### WHAT IS REQUIRED
Reproduce the entries below exactly, but only from the line containing "v 22.171 3.421 3.8" to the line containing "v 20.56 3.959 3.8", inclusive.

### SUPPLIED RECORDS
- - -
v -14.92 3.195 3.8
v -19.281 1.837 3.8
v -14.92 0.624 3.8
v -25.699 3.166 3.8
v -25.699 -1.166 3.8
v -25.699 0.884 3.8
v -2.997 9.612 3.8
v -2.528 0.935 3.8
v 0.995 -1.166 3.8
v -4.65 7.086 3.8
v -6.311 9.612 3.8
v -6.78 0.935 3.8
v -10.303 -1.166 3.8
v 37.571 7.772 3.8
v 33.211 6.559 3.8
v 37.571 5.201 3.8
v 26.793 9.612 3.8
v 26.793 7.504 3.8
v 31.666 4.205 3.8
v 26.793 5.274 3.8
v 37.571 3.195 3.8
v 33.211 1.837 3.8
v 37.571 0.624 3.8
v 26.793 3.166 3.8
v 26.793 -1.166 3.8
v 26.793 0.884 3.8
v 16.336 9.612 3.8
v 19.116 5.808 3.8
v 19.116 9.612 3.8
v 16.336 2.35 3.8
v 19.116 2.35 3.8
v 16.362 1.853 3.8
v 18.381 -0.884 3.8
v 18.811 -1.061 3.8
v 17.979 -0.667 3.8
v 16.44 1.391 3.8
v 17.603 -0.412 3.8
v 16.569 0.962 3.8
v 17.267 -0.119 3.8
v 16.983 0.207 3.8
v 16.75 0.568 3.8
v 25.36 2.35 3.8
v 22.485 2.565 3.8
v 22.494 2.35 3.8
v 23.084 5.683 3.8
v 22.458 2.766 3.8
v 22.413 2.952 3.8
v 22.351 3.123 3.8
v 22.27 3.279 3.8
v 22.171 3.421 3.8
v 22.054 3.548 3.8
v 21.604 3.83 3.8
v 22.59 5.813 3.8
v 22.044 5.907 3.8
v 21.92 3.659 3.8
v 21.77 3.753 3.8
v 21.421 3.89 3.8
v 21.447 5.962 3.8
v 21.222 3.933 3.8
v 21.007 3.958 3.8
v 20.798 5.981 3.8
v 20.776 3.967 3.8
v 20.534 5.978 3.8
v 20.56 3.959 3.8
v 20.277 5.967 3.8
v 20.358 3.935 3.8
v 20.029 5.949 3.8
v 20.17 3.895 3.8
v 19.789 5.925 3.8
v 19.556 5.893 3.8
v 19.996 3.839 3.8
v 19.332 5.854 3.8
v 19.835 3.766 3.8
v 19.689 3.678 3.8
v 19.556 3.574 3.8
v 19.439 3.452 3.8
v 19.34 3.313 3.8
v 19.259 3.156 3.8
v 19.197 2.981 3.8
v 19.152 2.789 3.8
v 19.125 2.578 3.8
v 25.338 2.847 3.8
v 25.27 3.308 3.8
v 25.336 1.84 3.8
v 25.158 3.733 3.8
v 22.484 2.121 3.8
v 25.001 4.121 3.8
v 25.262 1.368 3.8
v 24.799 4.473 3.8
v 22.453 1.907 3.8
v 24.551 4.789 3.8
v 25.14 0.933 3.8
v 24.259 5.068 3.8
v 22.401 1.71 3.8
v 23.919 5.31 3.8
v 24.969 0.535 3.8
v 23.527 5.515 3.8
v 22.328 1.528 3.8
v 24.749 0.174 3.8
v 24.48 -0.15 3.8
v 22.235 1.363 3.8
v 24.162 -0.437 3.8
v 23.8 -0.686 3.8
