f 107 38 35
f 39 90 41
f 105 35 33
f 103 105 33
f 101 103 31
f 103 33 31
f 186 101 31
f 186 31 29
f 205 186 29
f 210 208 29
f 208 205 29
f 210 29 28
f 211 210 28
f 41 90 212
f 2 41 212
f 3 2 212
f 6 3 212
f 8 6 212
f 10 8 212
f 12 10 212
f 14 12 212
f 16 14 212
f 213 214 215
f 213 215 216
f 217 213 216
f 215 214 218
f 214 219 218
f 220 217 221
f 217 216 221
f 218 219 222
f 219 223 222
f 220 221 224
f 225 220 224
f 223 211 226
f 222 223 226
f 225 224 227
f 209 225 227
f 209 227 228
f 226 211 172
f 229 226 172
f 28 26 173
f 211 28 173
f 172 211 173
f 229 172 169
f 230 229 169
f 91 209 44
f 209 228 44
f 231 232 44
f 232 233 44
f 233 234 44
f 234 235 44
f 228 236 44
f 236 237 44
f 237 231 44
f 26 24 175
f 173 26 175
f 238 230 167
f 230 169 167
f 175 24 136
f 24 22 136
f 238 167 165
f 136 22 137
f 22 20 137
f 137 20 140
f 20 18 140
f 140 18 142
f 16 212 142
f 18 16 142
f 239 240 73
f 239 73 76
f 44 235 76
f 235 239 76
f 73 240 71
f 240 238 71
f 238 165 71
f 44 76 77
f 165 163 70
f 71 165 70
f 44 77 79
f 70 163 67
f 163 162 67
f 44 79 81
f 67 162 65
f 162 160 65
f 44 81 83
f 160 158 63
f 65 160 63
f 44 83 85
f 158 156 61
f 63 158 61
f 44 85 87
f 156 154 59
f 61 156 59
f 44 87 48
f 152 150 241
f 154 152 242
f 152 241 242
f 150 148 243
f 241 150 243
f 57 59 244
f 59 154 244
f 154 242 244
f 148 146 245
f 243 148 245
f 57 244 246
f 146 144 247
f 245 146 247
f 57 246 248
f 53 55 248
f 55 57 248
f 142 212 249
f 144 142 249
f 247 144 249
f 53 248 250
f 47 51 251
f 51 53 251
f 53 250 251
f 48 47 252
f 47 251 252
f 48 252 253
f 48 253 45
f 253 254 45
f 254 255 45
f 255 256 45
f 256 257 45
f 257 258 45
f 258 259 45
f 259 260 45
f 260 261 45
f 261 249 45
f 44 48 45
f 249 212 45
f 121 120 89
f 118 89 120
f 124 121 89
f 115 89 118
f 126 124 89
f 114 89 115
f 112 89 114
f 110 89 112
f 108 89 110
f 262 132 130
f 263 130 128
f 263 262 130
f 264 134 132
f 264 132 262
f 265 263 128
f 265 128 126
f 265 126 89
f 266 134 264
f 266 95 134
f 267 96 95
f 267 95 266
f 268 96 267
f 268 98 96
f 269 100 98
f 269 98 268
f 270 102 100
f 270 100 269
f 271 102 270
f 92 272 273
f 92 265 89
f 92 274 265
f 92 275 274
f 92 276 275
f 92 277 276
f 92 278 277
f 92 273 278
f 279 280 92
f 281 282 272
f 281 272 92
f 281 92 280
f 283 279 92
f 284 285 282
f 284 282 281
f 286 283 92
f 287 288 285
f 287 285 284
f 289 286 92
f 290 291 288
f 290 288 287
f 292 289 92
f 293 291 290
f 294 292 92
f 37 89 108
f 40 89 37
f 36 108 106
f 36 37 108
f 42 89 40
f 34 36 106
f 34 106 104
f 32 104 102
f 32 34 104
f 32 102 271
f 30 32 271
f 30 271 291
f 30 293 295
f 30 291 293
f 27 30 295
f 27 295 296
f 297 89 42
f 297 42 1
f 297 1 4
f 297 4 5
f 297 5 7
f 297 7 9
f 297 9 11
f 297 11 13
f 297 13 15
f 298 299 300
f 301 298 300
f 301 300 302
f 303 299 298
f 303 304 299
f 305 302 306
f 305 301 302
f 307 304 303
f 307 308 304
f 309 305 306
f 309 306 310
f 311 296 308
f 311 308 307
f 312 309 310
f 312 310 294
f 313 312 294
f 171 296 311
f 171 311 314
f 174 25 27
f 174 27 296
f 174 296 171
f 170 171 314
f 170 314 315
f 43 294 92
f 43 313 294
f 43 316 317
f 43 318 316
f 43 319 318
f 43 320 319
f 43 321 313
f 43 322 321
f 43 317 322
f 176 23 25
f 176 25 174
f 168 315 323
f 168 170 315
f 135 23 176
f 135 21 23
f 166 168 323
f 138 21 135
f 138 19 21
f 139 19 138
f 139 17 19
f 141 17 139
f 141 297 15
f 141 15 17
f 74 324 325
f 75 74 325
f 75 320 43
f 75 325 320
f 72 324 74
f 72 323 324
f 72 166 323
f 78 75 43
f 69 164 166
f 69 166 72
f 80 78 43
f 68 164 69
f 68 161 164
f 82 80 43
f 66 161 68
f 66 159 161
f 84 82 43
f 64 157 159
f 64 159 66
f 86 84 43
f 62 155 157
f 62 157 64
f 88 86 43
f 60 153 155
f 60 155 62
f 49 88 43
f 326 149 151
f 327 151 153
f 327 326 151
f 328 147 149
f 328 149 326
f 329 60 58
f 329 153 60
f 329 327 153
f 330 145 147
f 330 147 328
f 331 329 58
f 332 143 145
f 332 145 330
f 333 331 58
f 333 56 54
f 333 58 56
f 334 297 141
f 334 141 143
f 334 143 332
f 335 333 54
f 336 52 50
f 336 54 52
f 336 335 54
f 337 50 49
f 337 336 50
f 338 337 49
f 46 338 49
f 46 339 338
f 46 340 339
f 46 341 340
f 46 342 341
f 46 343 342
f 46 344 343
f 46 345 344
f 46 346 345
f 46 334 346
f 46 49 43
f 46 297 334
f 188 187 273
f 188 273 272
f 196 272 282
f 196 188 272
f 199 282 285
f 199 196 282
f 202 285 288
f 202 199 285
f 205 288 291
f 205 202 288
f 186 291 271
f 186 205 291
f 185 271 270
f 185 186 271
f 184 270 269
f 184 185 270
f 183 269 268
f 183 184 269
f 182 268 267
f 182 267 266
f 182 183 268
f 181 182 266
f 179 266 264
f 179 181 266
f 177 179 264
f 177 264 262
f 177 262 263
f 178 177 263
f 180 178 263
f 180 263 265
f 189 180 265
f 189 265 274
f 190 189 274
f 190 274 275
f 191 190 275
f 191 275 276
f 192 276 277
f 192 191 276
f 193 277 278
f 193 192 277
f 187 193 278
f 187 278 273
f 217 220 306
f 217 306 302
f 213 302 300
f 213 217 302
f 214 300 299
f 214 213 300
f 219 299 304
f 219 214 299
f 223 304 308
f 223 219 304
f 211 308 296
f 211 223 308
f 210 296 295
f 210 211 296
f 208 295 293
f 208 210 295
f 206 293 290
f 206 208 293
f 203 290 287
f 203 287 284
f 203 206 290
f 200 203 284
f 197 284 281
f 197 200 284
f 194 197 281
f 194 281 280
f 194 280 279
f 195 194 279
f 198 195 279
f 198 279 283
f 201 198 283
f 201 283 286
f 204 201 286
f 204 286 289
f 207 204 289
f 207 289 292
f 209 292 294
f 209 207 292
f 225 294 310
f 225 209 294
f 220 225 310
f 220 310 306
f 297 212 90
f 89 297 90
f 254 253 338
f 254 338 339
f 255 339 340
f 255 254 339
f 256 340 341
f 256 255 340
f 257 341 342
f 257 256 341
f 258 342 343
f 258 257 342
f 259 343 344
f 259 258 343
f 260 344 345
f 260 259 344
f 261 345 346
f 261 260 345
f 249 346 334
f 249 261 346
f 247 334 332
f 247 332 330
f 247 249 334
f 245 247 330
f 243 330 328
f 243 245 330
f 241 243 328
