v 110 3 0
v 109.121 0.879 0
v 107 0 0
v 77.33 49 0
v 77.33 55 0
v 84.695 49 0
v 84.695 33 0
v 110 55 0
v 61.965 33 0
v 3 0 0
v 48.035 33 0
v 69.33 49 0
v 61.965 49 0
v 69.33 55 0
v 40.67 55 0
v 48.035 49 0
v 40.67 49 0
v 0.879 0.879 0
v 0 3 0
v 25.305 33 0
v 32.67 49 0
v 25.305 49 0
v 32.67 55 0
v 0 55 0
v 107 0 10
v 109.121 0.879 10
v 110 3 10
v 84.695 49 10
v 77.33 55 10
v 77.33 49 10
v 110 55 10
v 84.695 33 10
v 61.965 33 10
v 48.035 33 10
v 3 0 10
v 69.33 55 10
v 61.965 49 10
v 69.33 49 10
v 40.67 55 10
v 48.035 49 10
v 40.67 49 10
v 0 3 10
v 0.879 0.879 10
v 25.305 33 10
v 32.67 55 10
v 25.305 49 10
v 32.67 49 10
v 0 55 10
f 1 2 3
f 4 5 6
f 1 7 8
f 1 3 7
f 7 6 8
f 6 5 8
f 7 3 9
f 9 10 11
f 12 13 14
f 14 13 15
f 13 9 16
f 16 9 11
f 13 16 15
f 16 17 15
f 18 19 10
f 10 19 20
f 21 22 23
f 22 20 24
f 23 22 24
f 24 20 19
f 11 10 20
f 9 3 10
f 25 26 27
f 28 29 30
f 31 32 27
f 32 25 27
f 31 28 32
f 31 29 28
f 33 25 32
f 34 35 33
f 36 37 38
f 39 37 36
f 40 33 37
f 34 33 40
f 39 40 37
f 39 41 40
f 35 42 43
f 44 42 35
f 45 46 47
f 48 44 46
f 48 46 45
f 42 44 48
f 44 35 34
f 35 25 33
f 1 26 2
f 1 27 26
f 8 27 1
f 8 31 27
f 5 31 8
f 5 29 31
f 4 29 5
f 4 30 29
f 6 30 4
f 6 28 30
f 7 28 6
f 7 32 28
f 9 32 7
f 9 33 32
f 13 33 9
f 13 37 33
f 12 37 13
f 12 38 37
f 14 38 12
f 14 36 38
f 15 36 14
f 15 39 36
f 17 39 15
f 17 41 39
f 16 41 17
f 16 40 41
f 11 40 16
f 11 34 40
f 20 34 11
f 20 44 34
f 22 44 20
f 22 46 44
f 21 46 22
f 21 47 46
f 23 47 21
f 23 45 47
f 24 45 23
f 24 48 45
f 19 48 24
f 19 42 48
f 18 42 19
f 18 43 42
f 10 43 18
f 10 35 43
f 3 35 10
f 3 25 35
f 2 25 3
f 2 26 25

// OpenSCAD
$fn = 32;

// ----------------------------------------------------------------------
// Window plate: 110 x 55 mm, 2 open windows
// ----------------------------------------------------------------------

// --- parameters (mm) ---
profile_height = 10;      // extrusion height
profile_points = 24;      // points of the closed outline

profile = [[0, 3], [0.879, 0.879], [3, 0], [107, 0], [109.121, 0.879], [110, 3], [110, 55], [77.33, 55], [77.33, 49], [84.695, 49], [84.695, 33], [61.965, 33], [61.965, 49], [69.33, 49], [69.33, 55], [40.67, 55], [40.67, 49], [48.035, 49], [48.035, 33], [25.305, 33], [25.305, 49], [32.67, 49], [32.67, 55], [0, 55]];  // single closed polygon, 24 points, counter clockwise

// --- the one profile operation ---
linear_extrude(height = profile_height) polygon(points = profile);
- - -
### THE ANSWER
v 22.171 3.421 3.8
v 22.054 3.548 3.8
v 21.604 3.83 3.8
v 22.59 5.813 3.8
v 22.044 5.907 3.8
v 21.92 3.659 3.8
v 21.77 3.753 3.8
v 21.421 3.89 3.8
v 21.447 5.962 3.8
v 21.222 3.933 3.8
v 21.007 3.958 3.8
v 20.798 5.981 3.8
v 20.776 3.967 3.8
v 20.534 5.978 3.8
v 20.56 3.959 3.8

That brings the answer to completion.